▶ **YOUR TASK**
Among the entries below, count the lines that contain the word "origin". Respond with the count only.
*** EXERCISE MATERIAL ***
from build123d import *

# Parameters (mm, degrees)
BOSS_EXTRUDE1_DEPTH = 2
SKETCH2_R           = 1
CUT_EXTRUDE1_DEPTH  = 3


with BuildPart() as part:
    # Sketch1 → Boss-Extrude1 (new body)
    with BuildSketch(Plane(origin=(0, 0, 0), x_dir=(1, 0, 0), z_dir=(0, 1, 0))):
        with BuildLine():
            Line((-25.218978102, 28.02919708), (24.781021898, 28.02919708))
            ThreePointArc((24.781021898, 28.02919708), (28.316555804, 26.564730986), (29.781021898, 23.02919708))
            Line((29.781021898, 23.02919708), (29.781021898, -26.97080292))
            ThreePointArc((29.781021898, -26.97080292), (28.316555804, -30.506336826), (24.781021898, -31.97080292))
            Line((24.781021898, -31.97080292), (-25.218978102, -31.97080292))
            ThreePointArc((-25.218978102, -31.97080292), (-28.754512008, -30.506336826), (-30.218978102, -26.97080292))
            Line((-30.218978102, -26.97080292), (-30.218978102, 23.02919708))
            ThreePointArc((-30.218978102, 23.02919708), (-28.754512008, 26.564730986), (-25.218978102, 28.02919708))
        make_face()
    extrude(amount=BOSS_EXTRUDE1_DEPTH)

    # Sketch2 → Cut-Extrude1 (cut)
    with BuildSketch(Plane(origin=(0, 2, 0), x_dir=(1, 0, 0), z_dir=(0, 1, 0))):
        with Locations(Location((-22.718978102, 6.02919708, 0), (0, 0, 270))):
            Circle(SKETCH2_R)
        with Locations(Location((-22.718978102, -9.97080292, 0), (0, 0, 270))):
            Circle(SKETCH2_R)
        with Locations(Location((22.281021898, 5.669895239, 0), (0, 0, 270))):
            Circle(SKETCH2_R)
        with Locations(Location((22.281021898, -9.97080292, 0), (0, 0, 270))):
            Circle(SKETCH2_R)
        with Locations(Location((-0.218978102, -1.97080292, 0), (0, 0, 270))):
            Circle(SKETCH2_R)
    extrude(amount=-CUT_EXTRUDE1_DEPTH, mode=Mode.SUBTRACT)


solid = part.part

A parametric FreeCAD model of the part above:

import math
import FreeCAD as App
import Part
import Sketcher
from FreeCAD import Vector
Q = App.Units.Quantity

doc = App.newDocument("Part")
body = doc.addObject("PartDesign::Body", "Body")

# Sketch on XZ plane
sketch1 = body.newObject("Sketcher::SketchObject", "Sketch")
sketch1.AttachmentSupport = (doc.getObject("XZ_Plane"), [""])
sketch1.MapMode = "FlatFace"
sketch1.addGeometry([
    Part.LineSegment(Vector(25, -28, 0), Vector(-25, -28, 0)),  # 0
    Part.ArcOfCircle(Part.Circle(Vector(-25, -23, 0), Vector(0, 0, 1), 5), math.radians(180), math.radians(270)),  # 1
    Part.LineSegment(Vector(-30, -23, 0), Vector(-30, 27, 0)),  # 2
    Part.ArcOfCircle(Part.Circle(Vector(-25, 27, 0), Vector(0, 0, 1), 5), math.radians(90), math.radians(180)),  # 3
    Part.LineSegment(Vector(-25, 32, 0), Vector(25, 32, 0)),  # 4
    Part.ArcOfCircle(Part.Circle(Vector(25, 27, 0), Vector(0, 0, 1), 5), math.radians(0), math.radians(90)),  # 5
    Part.LineSegment(Vector(30, 27, 0), Vector(30, -23, 0)),  # 6
    Part.ArcOfCircle(Part.Circle(Vector(25, -23, 0), Vector(0, 0, 1), 5), math.radians(-90), math.radians(0)),  # 7
], False)
sketch1.addConstraint([
    Sketcher.Constraint("Tangent", 0, 2, 1, 2),
    Sketcher.Constraint("Tangent", 1, 1, 2, 1),
    Sketcher.Constraint("Tangent", 2, 2, 3, 2),
    Sketcher.Constraint("Tangent", 3, 1, 4, 1),
    Sketcher.Constraint("Tangent", 4, 2, 5, 2),
    Sketcher.Constraint("Tangent", 5, 1, 6, 1),
    Sketcher.Constraint("Tangent", 6, 2, 7, 2),
    Sketcher.Constraint("Tangent", 7, 1, 0, 1),
    Sketcher.Constraint("Horizontal", 0),
    Sketcher.Constraint("Vertical", 2),
    Sketcher.Constraint("Horizontal", 4),
    Sketcher.Constraint("Vertical", 6),
    Sketcher.Constraint("Equal", 1, 3),
    Sketcher.Constraint("Equal", 3, 5),
    Sketcher.Constraint("Equal", 5, 7),
    Sketcher.Constraint("Equal", 4, 2),
    Sketcher.Constraint("Radius", 1, Q("5 mm")),
    Sketcher.Constraint("DistanceX", 0, 2, 0, 1, Q("50 mm")),
    Sketcher.Constraint("DistanceX", 1, 3, -1, 1, Q("25.218978 mm")),
    Sketcher.Constraint("DistanceY", 1, 3, -1, 1, Q("23.029197 mm")),
])
pad1 = body.newObject("PartDesign::Pad", "Pad")
pad1.Profile = sketch1
pad1.Length = 2
pad1.Reversed = True

# Sketch on XZ plane
sketch2 = body.newObject("Sketcher::SketchObject", "Sketch001")
sketch2.AttachmentSupport = (doc.getObject("XZ_Plane"), [""])
sketch2.MapMode = "FlatFace"
sketch2.AttachmentOffset = App.Placement(Vector(0, 0, -2), App.Rotation())
sketch2.addGeometry([
    Part.Circle(Vector(-22.7, -6, 0), Vector(0, 0, 1), 1),  # 0
    Part.Circle(Vector(-22.7, 10, 0), Vector(0, 0, 1), 1),  # 1
    Part.Circle(Vector(22.3, -5.7, 0), Vector(0, 0, 1), 1),  # 2
    Part.Circle(Vector(22.3, 10, 0), Vector(0, 0, 1), 1),  # 3
    Part.Circle(Vector(-0.2, 2, 0), Vector(0, 0, 1), 1),  # 4
], False)
sketch2.addConstraint([
    Sketcher.Constraint("Equal", 0, 1),
    Sketcher.Constraint("Equal", 1, 2),
    Sketcher.Constraint("Equal", 2, 3),
    Sketcher.Constraint("Equal", 3, 4),
    Sketcher.Constraint("Horizontal", 1, 3, 3, 3),
    Sketcher.Constraint("Vertical", 0, 3, 1, 3),
    Sketcher.Constraint("Vertical", 2, 3, 3, 3),
    Sketcher.Constraint("Diameter", 0, Q("2 mm")),
    Sketcher.Constraint("DistanceY", 0, 3, 1, 3, Q("16 mm")),
    Sketcher.Constraint("DistanceX", 0, 3, 2, 3, Q("45 mm")),
    Sketcher.Constraint("DistanceY", 0, 3, 4, 3, Q("8 mm")),
    Sketcher.Constraint("DistanceX", 4, 3, 2, 3, Q("22.5 mm")),
    Sketcher.Constraint("DistanceY", 0, 3, 2, 3, Q("0.359302 mm")),
    Sketcher.Constraint("DistanceX", 0, 3, -1, 1, Q("22.718978 mm")),
    Sketcher.Constraint("DistanceY", 0, 3, -1, 1, Q("6.029197 mm")),
])
pocket1 = body.newObject("PartDesign::Pocket", "Pocket")
pocket1.Profile = sketch2
pocket1.Length = 3
pocket1.Reversed = True

doc.recompute()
*** End of EXERCISE MATERIAL ***
▶ **EXPECTED ANSWER**
2